There is no question of what it is, once it finds you.:tg 

Heat
Steam
Body PH

all good causes.


----------



## Hoplophile (Feb 2, 2007)

Root said:


> There is no question of what it is, once it finds you.:tg
> 
> Heat
> Steam
> ...


What Root said is correct. Heat comes from smoking too fast, steam from overly wet tobacco(aromatics being particularly prone to this). You'll know it when it happens. If you want to know what it's like, try working the tip of your tongue over with some sandpaper.


----------



## Bruce (Dec 31, 1999)

Seems I experience it more with fresh tobaccos. This phenomena diminishes with age.
That being said, one of the main causes is smoking too fast and drawing too hard. It's best to "sip" Virginias.


----------



## Mister Moo (Sep 8, 2005)

When I didn't smoke a pipe I never had it; 
then I had it; 
I didn't like it; 
I slowed my smoking pace considerably with most tobaks; and
now I don't have it again.

:bl


----------



## solafid3 (Jul 4, 2006)

Lol, if you try to feel the roof of your mouth, and it feels like sandpaper... Then you're a redne... I mean then you have tongue bite


----------



## Kayak_Rat (Nov 28, 2005)

solafid3 said:


> Lol, if you try to feel the roof of your mouth, and it feels like sandpaper... *Then you're a redne...*


Why I oughta.........watch it bud.


----------



## Mister Moo (Sep 8, 2005)

I used to feel a little bad for you K'rat, but I'm starting to think you bring it on yourself.

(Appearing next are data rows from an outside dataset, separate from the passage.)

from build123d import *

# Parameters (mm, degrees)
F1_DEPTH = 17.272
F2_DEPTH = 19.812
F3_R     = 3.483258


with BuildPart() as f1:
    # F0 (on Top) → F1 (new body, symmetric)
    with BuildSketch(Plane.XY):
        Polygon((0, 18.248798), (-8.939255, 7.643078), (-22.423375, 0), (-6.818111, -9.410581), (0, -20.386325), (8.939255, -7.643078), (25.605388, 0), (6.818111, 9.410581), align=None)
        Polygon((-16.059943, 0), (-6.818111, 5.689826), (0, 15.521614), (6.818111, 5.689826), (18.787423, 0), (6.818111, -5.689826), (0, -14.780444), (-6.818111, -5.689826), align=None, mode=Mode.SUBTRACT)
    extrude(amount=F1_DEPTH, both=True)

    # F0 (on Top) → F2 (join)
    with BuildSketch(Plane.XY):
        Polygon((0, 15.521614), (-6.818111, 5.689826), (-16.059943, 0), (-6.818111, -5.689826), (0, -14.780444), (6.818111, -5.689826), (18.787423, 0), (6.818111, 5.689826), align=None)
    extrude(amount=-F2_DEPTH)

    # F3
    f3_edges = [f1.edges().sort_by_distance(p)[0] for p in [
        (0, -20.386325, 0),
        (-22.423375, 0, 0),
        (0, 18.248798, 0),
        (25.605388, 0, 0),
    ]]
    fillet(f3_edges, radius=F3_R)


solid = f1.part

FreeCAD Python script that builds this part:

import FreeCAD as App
import Part
import Sketcher
from FreeCAD import Vector


def edges_at(feature, points):
    """Names of the edges that pass closest to the given points."""
    edges = feature.Shape.Edges
    near = lambda p: min(range(len(edges)), key=lambda i: edges[i].distToShape(Part.Vertex(*p))[0])
    return sorted({f"Edge{near(p) + 1}" for p in points})

doc = App.newDocument("Part")
params = doc.addObject("Spreadsheet::Sheet", "Params")
for row, (alias, value) in enumerate([
    ("pad1_length", "1.36 in"),
    ("pad2_length", "0.78 in"),
    ("fillet_radius", "3.483258 mm"),
], start=1):
    params.set(f"A{row}", alias)
    params.set(f"B{row}", "=" + value)
    params.setAlias(f"B{row}", alias)

body = doc.addObject("PartDesign::Body", "Body")

# Sketch on XY plane
sketch1 = body.newObject("Sketcher::SketchObject", "Sketch")
sketch1.AttachmentSupport = (doc.getObject("XY_Plane"), [""])
sketch1.MapMode = "FlatFace"
sketch1.addGeometry(Part.LineSegment(Vector(0, 18.248798, 0), Vector(-8.939255, 7.643078, 0)), False)
sketch1.addGeometry(Part.LineSegment(Vector(-8.939255, 7.643078, 0), Vector(-22.423375, 0, 0)), False)
sketch1.addGeometry(Part.LineSegment(Vector(-22.423375, 0, 0), Vector(-6.818111, -9.410581, 0)), False)
sketch1.addGeometry(Part.LineSegment(Vector(-6.818111, -9.410581, 0), Vector(0, -20.386325, 0)), False)
sketch1.addGeometry(Part.LineSegment(Vector(0, -20.386325, 0), Vector(8.939255, -7.643078, 0)), False)
sketch1.addGeometry(Part.LineSegment(Vector(8.939255, -7.643078, 0), Vector(25.605388, 0, 0)), False)
sketch1.addGeometry(Part.LineSegment(Vector(25.605388, 0, 0), Vector(6.818111, 9.410581, 0)), False)
sketch1.addGeometry(Part.LineSegment(Vector(6.818111, 9.410581, 0), Vector(0, 18.248798, 0)), False)
sketch1.addGeometry(Part.LineSegment(Vector(-6.818111, -5.689826, 0), Vector(-16.059943, 0, 0)), False)
sketch1.addGeometry(Part.LineSegment(Vector(-16.059943, 0, 0), Vector(-6.818111, 5.689826, 0)), False)
sketch1.addGeometry(Part.LineSegment(Vector(-6.818111, 5.689826, 0), Vector(0, 15.521614, 0)), False)
sketch1.addGeometry(Part.LineSegment(Vector(0, 15.521614, 0), Vector(6.818111, 5.689826, 0)), False)
sketch1.addGeometry(Part.LineSegment(Vector(6.818111, 5.689826, 0), Vector(18.787423, 0, 0)), False)
sketch1.addGeometry(Part.LineSegment(Vector(18.787423, 0, 0), Vector(6.818111, -5.689826, 0)), False)
sketch1.addGeometry(Part.LineSegment(Vector(6.818111, -5.689826, 0), Vector(0, -14.780444, 0)), False)
sketch1.addGeometry(Part.LineSegment(Vector(0, -14.780444, 0), Vector(-6.818111, -5.689826, 0)), False)
sketch1.addConstraint(Sketcher.Constraint("Coincident", 0, 2, 1, 1))
sketch1.addConstraint(Sketcher.Constraint("Coincident", 1, 2, 2, 1))
sketch1.addConstraint(Sketcher.Constraint("Coincident", 2, 2, 3, 1))
sketch1.addConstraint(Sketcher.Constraint("Coincident", 3, 2, 4, 1))
sketch1.addConstraint(Sketcher.Constraint("Coincident", 4, 2, 5, 1))
sketch1.addConstraint(Sketcher.Constraint("Coincident", 5, 2, 6, 1))
sketch1.addConstraint(Sketcher.Constraint("Coincident", 6, 2, 7, 1))
sketch1.addConstraint(Sketcher.Constraint("Coincident", 7, 2, 0, 1))
sketch1.addConstraint(Sketcher.Constraint("Coincident", 8, 2, 9, 1))
sketch1.addConstraint(Sketcher.Constraint("Coincident", 9, 2, 10, 1))
sketch1.addConstraint(Sketcher.Constraint("Coincident", 10, 2, 11, 1))
sketch1.addConstraint(Sketcher.Constraint("Coincident", 11, 2, 12, 1))
sketch1.addConstraint(Sketcher.Constraint("Coincident", 12, 2, 13, 1))
sketch1.addConstraint(Sketcher.Constraint("Coincident", 13, 2, 14, 1))
sketch1.addConstraint(Sketcher.Constraint("Coincident", 14, 2, 15, 1))
sketch1.addConstraint(Sketcher.Constraint("Coincident", 15, 2, 8, 1))
sketch1.addConstraint(Sketcher.Constraint("Symmetric", 0, 2, 4, 2, -1, 1))
sketch1.addConstraint(Sketcher.Constraint("Symmetric", 2, 2, 6, 2, -1, 1))
sketch1.addConstraint(Sketcher.Constraint("Symmetric", 9, 2, 13, 2, -1, 1))
sketch1.addConstraint(Sketcher.Constraint("Symmetric", 11, 2, 15, 2, -1, 1))
sketch1.addConstraint(Sketcher.Constraint("Symmetric", 9, 2, 11, 2, -2))
sketch1.addConstraint(Sketcher.Constraint("PointOnObject", 1, 2, -1))
sketch1.addConstraint(Sketcher.Constraint("PointOnObject", 3, 2, -2))
sketch1.addConstraint(Sketcher.Constraint("PointOnObject", 5, 2, -1))
sketch1.addConstraint(Sketcher.Constraint("PointOnObject", 7, 2, -2))
sketch1.addConstraint(Sketcher.Constraint("PointOnObject", 8, 2, -1))
sketch1.addConstraint(Sketcher.Constraint("PointOnObject", 10, 2, -2))
sketch1.addConstraint(Sketcher.Constraint("PointOnObject", 12, 2, -1))
sketch1.addConstraint(Sketcher.Constraint("PointOnObject", 14, 2, -2))
sketch1.addConstraint(Sketcher.Constraint("Vertical", 2, 2, 9, 2))
sketch1.addConstraint(Sketcher.Constraint("DistanceY", -1, 1, 7, 2, 18.248798))
sketch1.addConstraint(Sketcher.Constraint("DistanceX", 2, 2, 5, 2, 32.423499))
sketch1.addConstraint(Sketcher.Constraint("Distance", 0, 13.870529))
sketch1.addConstraint(Sketcher.Constraint("Distance", 4, 15.566009))
sketch1.addConstraint(Sketcher.Constraint("Distance", 5, 18.33512))
sketch1.addConstraint(Sketcher.Constraint("Distance", 7, 11.162469))
sketch1.addConstraint(Sketcher.Constraint("Distance", 10, 11.96456))
sketch1.addConstraint(Sketcher.Constraint("Distance", 12, 13.252869))
sketch1.addConstraint(Sketcher.Constraint("Distance", 14, 11.363361))
sketch1.addConstraint(Sketcher.Constraint("DistanceX", 2, 2, -1, 1, 6.818111))
sketch1.addConstraint(Sketcher.Constraint("DistanceX", 1, 2, 0, 2, 13.48412))
sketch1.addConstraint(Sketcher.Constraint("DistanceX", 1, 2, 8, 2, 6.363432))
sketch1.addConstraint(Sketcher.Constraint("DistanceX", 4, 2, 12, 2, 9.848168))
pad1 = body.newObject("PartDesign::Pad", "Pad")
pad1.Profile = sketch1
pad1.setExpression("Length", "Params.pad1_length")
pad1.Midplane = True

# Sketch on XY plane
sketch2 = body.newObject("Sketcher::SketchObject", "Sketch001")
sketch2.AttachmentSupport = (doc.getObject("XY_Plane"), [""])
sketch2.MapMode = "FlatFace"
sketch2.addGeometry(Part.LineSegment(Vector(0, 15.521614, 0), Vector(-6.818111, 5.689826, 0)), False)
sketch2.addGeometry(Part.LineSegment(Vector(-6.818111, 5.689826, 0), Vector(-16.059943, 0, 0)), False)
sketch2.addGeometry(Part.LineSegment(Vector(-16.059943, 0, 0), Vector(-6.818111, -5.689826, 0)), False)
sketch2.addGeometry(Part.LineSegment(Vector(-6.818111, -5.689826, 0), Vector(0, -14.780444, 0)), False)
sketch2.addGeometry(Part.LineSegment(Vector(0, -14.780444, 0), Vector(6.818111, -5.689826, 0)), False)
sketch2.addGeometry(Part.LineSegment(Vector(6.818111, -5.689826, 0), Vector(18.787423, 0, 0)), False)
sketch2.addGeometry(Part.LineSegment(Vector(18.787423, 0, 0), Vector(6.818111, 5.689826, 0)), False)
sketch2.addGeometry(Part.LineSegment(Vector(6.818111, 5.689826, 0), Vector(0, 15.521614, 0)), False)
sketch2.addConstraint(Sketcher.Constraint("Coincident", 0, 2, 1, 1))
sketch2.addConstraint(Sketcher.Constraint("Coincident", 1, 2, 2, 1))
sketch2.addConstraint(Sketcher.Constraint("Coincident", 2, 2, 3, 1))
sketch2.addConstraint(Sketcher.Constraint("Coincident", 3, 2, 4, 1))
sketch2.addConstraint(Sketcher.Constraint("Coincident", 4, 2, 5, 1))
sketch2.addConstraint(Sketcher.Constraint("Coincident", 5, 2, 6, 1))
sketch2.addConstraint(Sketcher.Constraint("Coincident", 6, 2, 7, 1))
sketch2.addConstraint(Sketcher.Constraint("Coincident", 7, 2, 0, 1))
sketch2.addConstraint(Sketcher.Constraint("Symmetric", 0, 2, 4, 2, -1, 1))
sketch2.addConstraint(Sketcher.Constraint("Symmetric", 2, 2, 6, 2, -1, 1))
sketch2.addConstraint(Sketcher.Constraint("Symmetric", 2, 2, 4, 2, -2))
sketch2.addConstraint(Sketcher.Constraint("PointOnObject", 1, 2, -1))
sketch2.addConstraint(Sketcher.Constraint("PointOnObject", 3, 2, -2))
sketch2.addConstraint(Sketcher.Constraint("PointOnObject", 5, 2, -1))
sketch2.addConstraint(Sketcher.Constraint("PointOnObject", 7, 2, -2))
sketch2.addConstraint(Sketcher.Constraint("Distance", 0, 11.96456))
sketch2.addConstraint(Sketcher.Constraint("Distance", 3, 11.363361))
sketch2.addConstraint(Sketcher.Constraint("Distance", 5, 13.252869))
sketch2.addConstraint(Sketcher.Constraint("DistanceX", 0, 2, -1, 1, 6.818111))
sketch2.addConstraint(Sketcher.Constraint("DistanceY", 3, 2, 0, 2, 20.47027))
sketch2.addConstraint(Sketcher.Constraint("Distance", 1, 10.852906))
pad2 = body.newObject("PartDesign::Pad", "Pad001")
pad2.Profile = sketch2
pad2.setExpression("Length", "Params.pad2_length")
pad2.Reversed = True
doc.recompute()

fillet = body.newObject("PartDesign::Fillet", "Fillet")
fillet.Base = (pad2, edges_at(pad2, [
    (0, -20.386, 0),
    (-22.423, 0, 0),
    (0, 18.249, 0),
    (25.605, 0, 0),
]))
fillet.setExpression("Radius", "Params.fillet_radius")

doc.recompute()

B'waveDave was probly right.


----------



## Kayak_Rat (Nov 28, 2005)

Mister Moo said:


> I used to feel a little bad for you K'rat, but I'm starting to think you bring it on yourself.
> 
> B'waveDave was probly right.


It's all about keeping people grinning, and giving Dave an excuse to PW more.


----------



## Mister Moo (Sep 8, 2005)

Kayak_Rat said:


> It's all about keeping people grinning, and giving Dave an excuse to PW more.


So what you're saying is, the pipe, the bib-overalls, to folksy advice, the banjo, the battered 1958 Ford pick-up with no hood - it's all part of.... "the plan?"

I feel like such a fool. Thanks for getting me and my tongue back on track, sir.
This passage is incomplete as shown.